- [ABOUT THIS EXERCISE] Say how many lines of the data contain "Polygon", and nothing more.
PROVIDED INFORMATION START
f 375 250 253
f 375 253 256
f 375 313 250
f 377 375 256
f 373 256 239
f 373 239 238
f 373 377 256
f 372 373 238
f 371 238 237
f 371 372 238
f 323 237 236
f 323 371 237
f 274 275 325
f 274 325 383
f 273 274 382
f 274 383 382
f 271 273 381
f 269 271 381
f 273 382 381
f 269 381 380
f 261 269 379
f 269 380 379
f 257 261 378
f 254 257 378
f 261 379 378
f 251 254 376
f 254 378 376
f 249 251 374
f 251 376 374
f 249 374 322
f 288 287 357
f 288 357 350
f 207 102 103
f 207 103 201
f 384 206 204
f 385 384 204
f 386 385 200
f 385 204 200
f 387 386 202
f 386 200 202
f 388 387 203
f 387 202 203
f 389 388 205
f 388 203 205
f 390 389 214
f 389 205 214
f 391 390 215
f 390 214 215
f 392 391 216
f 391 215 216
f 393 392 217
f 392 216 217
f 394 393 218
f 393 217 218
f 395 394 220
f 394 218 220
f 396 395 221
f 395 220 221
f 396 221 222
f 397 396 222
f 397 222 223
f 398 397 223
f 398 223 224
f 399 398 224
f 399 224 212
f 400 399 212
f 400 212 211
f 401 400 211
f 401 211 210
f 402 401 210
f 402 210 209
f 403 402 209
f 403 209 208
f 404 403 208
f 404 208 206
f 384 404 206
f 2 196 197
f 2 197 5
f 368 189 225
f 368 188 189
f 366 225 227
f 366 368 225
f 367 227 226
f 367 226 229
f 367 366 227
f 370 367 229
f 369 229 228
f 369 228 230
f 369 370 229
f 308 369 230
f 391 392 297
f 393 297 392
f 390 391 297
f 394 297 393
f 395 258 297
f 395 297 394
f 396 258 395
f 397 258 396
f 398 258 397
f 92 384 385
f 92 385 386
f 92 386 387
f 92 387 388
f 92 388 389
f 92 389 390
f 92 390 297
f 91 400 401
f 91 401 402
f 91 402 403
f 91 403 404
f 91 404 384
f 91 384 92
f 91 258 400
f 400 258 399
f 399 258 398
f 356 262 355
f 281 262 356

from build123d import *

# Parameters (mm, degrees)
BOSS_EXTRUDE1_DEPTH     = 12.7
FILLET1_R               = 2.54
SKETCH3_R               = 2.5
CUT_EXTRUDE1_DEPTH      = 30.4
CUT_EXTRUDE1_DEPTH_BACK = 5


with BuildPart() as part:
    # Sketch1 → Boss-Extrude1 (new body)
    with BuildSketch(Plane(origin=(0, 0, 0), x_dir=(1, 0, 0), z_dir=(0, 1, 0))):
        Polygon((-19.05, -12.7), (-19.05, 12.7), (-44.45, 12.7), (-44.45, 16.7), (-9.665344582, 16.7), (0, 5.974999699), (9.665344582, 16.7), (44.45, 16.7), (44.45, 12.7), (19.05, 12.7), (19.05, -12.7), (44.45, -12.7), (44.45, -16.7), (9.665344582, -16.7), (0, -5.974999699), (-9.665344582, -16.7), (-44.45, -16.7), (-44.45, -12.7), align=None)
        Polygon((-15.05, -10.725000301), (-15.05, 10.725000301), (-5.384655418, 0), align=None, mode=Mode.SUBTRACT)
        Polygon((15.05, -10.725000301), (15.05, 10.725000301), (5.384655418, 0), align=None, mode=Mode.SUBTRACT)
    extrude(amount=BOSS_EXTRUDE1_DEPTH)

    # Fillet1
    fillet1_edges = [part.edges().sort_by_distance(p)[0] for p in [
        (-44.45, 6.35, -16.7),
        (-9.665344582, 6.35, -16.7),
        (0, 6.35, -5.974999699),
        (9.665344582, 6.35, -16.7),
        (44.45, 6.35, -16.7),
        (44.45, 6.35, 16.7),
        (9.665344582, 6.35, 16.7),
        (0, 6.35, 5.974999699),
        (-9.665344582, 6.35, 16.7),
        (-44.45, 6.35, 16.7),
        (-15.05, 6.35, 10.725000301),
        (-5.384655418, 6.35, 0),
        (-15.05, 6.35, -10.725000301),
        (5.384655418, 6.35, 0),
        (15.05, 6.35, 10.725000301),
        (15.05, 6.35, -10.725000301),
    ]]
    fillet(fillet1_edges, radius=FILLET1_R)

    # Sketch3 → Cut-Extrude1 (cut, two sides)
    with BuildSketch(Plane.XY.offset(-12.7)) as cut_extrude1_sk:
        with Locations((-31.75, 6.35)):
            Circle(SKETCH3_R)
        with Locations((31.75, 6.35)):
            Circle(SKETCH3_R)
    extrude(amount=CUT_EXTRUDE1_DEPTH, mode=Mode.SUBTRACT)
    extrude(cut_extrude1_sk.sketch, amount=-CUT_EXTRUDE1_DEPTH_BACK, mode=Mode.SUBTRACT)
PROVIDED INFORMATION END
- [COMPLETED TASK] 3